Housing Market Tracker: Good Week for Inventory

A modest increase in home inventory this year has made the existing home sales market seriously unhealthy again. But last week was good. Inventory growth was not as high as we had hoped, but better than the last few weeks. Mortgage rates rose again, and purchase apps showed a modest week-by-week decline.

  • Increased number of weekly active listings 8,815
  • Mortgage rates rose from 6.89% to 7% before the week ends 6.98%
  • Purchased apps decreased 1% weekly

weekly housing inventory

Housing inventory in 2023 disappoints in spring and summer, with active listings turning negative year-on-year. However, there was some uptick in active listings last week, albeit less than I would have expected. Can this be sustained before the number of active listings declines seasonally?

  • Weekly Inventory Transition (July 14th to July 21st): Inventory increase from 470,458 To 479,273
  • Same week of the previous year (July 15th to July 22nd): Inventory 508,633 To 525,548
  • 2022 stock bottom price 240,194
  • So far, stock peaks for 2023 are: 479,273
  • For context, see this week’s active list. 2015 it was 1,202,909

As you can see below, the slope of the housing inventory curve from the April 14 trough has been flat enough that active listings have turned negative year-over-year. But last year was very unusual. Based on the lowest active listings data for March 2022, it was his biggest one-year sales crash on record.

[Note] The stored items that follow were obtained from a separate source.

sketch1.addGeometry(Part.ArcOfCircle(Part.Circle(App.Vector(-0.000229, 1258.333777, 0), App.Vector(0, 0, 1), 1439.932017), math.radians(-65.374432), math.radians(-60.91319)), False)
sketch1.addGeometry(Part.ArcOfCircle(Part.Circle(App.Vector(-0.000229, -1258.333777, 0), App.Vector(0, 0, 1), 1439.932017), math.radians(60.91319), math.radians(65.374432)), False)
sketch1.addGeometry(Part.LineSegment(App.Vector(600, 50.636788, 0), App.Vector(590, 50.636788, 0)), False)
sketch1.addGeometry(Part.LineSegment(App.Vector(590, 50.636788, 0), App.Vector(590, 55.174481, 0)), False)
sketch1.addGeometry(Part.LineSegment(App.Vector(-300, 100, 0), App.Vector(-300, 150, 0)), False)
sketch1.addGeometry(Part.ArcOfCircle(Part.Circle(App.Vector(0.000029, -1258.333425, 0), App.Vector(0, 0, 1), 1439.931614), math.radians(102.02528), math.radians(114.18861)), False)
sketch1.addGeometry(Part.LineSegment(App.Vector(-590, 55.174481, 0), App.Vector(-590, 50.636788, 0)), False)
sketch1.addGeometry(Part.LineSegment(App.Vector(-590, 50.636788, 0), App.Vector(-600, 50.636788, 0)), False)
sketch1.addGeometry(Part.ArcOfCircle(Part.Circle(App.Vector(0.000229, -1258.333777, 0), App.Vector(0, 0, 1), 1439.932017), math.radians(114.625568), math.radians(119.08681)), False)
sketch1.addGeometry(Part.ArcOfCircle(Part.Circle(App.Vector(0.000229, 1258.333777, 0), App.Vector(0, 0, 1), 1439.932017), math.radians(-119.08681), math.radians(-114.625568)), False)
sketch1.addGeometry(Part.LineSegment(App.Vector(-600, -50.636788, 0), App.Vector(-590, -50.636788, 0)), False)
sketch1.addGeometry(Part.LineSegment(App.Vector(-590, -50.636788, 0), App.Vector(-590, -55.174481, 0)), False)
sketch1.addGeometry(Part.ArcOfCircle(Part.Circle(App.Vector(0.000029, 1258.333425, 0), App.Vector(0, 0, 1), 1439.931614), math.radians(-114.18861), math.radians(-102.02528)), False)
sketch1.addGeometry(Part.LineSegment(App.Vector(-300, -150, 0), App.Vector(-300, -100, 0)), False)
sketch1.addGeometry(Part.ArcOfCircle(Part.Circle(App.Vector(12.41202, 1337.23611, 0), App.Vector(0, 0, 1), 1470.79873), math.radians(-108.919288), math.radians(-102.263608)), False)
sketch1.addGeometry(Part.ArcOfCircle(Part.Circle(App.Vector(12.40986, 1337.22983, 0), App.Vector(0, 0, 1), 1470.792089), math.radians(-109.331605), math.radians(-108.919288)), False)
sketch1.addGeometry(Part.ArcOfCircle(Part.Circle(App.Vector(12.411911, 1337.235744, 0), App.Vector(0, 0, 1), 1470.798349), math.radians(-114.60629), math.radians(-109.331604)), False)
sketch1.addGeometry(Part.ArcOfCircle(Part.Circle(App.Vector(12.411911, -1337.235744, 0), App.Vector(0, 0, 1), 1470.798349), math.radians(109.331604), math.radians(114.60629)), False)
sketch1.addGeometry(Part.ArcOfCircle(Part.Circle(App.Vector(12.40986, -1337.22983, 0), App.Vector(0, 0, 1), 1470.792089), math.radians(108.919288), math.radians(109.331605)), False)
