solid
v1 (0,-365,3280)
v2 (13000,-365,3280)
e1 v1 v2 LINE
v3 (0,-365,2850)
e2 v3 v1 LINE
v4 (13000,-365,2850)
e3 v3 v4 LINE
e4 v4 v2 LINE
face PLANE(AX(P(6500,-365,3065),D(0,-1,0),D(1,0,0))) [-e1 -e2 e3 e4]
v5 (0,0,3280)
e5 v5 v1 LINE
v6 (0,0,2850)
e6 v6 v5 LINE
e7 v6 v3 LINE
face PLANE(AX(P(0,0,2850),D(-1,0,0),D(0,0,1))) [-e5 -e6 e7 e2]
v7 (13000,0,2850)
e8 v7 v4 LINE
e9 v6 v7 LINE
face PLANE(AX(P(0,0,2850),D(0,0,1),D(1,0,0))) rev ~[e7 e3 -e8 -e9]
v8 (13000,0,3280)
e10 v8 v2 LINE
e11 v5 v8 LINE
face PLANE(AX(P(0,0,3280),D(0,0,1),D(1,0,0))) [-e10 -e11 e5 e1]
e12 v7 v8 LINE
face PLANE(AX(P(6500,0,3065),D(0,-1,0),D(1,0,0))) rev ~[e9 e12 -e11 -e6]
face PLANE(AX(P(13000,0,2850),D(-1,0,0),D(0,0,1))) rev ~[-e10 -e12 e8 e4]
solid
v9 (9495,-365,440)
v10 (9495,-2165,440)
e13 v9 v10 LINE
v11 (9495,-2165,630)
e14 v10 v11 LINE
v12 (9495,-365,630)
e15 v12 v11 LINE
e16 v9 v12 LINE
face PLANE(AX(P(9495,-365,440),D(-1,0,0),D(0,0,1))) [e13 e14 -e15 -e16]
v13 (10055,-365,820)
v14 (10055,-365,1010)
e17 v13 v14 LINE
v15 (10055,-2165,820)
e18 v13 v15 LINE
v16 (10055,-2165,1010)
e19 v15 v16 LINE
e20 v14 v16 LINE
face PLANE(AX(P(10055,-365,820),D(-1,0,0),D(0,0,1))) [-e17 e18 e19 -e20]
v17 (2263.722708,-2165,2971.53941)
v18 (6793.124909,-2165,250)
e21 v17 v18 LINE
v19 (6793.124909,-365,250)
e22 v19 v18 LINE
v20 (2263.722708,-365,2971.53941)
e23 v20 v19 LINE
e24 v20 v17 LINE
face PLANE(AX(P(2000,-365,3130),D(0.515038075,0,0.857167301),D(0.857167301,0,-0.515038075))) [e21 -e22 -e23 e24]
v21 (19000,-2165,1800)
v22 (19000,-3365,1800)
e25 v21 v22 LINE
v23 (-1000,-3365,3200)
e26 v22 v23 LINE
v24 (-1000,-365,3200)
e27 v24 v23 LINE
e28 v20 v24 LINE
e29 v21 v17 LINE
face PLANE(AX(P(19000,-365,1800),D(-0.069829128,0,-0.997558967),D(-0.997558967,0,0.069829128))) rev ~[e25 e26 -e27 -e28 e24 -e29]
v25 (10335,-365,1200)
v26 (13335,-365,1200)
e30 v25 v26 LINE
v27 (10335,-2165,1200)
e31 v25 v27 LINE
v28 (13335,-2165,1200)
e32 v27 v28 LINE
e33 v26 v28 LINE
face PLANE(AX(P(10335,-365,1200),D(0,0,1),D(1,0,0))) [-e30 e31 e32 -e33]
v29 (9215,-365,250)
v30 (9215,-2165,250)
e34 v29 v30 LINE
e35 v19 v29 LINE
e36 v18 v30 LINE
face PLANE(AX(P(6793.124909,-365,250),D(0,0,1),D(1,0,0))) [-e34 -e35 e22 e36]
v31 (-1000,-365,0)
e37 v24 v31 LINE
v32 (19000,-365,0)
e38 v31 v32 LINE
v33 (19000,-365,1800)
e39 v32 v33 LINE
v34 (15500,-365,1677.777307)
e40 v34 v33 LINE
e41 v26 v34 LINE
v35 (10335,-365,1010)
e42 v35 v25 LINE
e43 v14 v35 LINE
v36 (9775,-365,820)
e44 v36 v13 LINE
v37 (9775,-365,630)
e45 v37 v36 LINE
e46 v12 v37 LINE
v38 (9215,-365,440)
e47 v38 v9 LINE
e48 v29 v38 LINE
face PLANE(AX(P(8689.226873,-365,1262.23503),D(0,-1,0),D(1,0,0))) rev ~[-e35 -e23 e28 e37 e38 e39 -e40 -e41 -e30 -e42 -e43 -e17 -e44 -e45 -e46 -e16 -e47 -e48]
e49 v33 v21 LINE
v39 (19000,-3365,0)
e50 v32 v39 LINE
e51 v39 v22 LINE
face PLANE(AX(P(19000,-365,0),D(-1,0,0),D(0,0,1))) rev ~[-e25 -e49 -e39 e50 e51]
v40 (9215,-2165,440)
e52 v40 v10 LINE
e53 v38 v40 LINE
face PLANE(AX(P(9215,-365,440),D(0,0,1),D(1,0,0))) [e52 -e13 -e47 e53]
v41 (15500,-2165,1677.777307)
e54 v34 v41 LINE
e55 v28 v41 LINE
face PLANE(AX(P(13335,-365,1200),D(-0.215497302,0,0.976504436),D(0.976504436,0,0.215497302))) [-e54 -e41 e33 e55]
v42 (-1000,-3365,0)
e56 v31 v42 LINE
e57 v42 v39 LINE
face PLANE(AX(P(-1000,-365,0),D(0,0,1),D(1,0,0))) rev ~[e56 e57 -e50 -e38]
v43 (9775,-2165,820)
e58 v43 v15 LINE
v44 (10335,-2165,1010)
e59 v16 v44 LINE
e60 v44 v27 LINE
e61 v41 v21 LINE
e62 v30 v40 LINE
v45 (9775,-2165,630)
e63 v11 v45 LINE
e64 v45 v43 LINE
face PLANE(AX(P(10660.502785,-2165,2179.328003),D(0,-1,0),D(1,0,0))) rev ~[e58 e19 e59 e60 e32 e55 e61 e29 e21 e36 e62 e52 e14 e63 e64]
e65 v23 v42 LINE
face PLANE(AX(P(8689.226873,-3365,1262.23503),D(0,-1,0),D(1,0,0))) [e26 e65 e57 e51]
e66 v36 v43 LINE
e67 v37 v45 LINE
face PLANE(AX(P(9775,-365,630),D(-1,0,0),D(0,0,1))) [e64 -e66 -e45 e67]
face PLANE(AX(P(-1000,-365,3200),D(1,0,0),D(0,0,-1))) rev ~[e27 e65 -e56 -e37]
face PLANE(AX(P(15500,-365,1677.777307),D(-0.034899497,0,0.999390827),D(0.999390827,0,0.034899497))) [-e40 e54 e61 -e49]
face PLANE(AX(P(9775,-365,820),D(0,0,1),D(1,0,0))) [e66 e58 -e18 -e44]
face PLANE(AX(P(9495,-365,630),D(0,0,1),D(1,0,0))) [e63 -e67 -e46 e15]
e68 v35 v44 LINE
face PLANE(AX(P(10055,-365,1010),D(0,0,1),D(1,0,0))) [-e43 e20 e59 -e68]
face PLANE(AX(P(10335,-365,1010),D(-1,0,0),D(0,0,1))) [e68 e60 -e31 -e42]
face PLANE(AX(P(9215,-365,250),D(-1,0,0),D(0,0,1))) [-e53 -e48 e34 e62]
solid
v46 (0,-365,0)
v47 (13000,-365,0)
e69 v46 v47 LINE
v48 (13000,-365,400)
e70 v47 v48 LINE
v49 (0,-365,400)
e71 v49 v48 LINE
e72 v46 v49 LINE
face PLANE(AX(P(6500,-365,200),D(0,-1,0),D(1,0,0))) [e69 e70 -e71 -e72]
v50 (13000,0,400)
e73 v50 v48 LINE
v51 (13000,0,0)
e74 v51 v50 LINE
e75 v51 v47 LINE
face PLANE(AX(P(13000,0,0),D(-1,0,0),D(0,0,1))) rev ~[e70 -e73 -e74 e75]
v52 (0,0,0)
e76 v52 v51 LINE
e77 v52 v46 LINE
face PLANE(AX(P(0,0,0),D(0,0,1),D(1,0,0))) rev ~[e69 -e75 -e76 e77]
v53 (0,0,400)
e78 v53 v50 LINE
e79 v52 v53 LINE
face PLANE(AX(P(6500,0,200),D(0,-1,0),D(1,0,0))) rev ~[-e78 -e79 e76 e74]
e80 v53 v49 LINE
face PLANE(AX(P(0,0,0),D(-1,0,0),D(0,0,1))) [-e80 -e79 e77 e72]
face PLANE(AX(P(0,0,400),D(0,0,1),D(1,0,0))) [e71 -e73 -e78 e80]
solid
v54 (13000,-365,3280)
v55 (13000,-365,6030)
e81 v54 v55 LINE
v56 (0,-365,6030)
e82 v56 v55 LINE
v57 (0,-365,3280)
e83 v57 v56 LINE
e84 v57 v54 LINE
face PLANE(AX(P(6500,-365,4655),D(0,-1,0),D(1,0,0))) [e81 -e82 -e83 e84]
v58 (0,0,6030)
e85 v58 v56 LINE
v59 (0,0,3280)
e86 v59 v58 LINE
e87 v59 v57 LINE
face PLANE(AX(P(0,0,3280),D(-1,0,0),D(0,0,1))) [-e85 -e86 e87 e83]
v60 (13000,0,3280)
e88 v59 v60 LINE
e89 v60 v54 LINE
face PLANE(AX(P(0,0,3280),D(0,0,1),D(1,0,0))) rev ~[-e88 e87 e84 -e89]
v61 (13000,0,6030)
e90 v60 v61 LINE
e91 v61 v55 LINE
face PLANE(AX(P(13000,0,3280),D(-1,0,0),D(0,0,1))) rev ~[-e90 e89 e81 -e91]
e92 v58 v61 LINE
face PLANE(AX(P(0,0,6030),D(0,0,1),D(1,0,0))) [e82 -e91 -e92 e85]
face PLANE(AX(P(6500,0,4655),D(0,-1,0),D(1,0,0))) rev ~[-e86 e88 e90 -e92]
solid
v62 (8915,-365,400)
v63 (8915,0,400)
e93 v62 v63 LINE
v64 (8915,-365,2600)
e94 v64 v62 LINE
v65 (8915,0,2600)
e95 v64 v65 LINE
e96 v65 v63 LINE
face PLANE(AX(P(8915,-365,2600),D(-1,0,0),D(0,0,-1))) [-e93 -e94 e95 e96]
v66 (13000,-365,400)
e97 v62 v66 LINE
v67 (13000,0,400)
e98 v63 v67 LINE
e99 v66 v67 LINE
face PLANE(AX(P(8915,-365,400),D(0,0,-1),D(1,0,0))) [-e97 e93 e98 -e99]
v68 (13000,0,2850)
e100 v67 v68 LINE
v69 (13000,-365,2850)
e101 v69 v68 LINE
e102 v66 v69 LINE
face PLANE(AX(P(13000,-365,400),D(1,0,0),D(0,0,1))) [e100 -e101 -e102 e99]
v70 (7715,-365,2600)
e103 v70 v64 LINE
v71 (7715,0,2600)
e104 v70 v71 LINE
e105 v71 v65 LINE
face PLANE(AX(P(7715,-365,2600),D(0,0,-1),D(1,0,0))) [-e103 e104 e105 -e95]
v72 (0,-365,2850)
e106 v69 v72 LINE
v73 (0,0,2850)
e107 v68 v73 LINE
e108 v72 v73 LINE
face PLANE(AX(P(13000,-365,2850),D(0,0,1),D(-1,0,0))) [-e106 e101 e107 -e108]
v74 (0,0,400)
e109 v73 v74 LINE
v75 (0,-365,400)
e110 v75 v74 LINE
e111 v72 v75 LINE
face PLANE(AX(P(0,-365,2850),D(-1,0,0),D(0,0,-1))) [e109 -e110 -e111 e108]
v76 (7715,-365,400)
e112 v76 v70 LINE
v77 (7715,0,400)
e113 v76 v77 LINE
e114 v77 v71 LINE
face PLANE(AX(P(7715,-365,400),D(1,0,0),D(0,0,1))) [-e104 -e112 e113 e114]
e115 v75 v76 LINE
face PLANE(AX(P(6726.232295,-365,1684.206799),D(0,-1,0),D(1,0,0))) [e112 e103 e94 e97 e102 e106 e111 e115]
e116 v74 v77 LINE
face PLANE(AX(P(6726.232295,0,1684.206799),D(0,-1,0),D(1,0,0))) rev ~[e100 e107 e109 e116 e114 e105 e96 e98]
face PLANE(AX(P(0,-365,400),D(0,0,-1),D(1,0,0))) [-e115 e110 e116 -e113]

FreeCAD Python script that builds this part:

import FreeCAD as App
import Part
import Sketcher
from FreeCAD import Vector
Q = App.Units.Quantity

doc = App.newDocument("Part")
params = doc.addObject("Spreadsheet::Sheet", "Params")
for row, (alias, value) in enumerate([
    ("sketch1_width", "13000 mm"),
    ("sketch1_height", "400 mm"),
    ("pad1_length", "365 mm"),
    ("sketch2_width", "7715 mm"),
    ("sketch2_width2", "1200 mm"),
    ("sketch2_width3", "4085 mm"),
    ("sketch2_height", "2450 mm"),
    ("sketch2_height2", "2200 mm"),
    ("pad2_length", "365 mm"),
    ("sketch3_width", "13000 mm"),
    ("sketch3_height", "430 mm"),
    ("pad3_length", "365 mm"),
    ("sketch4_width", "13000 mm"),
    ("sketch4_height", "2750 mm"),
    ("pad4_length", "365 mm"),
    ("sketch5_width", "20000 mm"),
    ("sketch5_height", "3200 mm"),
    ("sketch5_height2", "1800 mm"),
    ("pad5_length", "3000 mm"),
    ("sketch6_width", "17000 mm"),
    ("sketch6_width2", "280 mm"),
    ("sketch6_width3", "3000 mm"),
    ("sketch6_height", "190 mm"),
    ("sketch6_height2", "1330 mm"),
    ("pocket1_length", "1800 mm"),
], start=1):
    params.set(f"A{row}", alias)
    params.set(f"B{row}", "=" + value)
    params.setAlias(f"B{row}", alias)

body = doc.addObject("PartDesign::Body", "Body")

Given the course of the year, new listings had a strong week. This is a plus as this data line has been dropping for his fifth week in a row. It has been at the lowest level in U.S. history for 12 months and is now headed for a seasonal decline. One of the positives about the new listing data is that mortgage rates have been around or above 7% for two months and haven’t seen any notable declines recently.

New list by year:

  • 2023: 63,313
  • 2022: 81,053
  • 2021: 82,774

10-Year Yield and Mortgage Interest Rates

Bond yields and mortgage rates rose again last week to 7% on solid jobs data. As I’ve stressed throughout the year, 2023 is all about filing for unemployment insurance. After the news broke on Thursday morning, bond yields and mortgage rates headed higher after looking good last week.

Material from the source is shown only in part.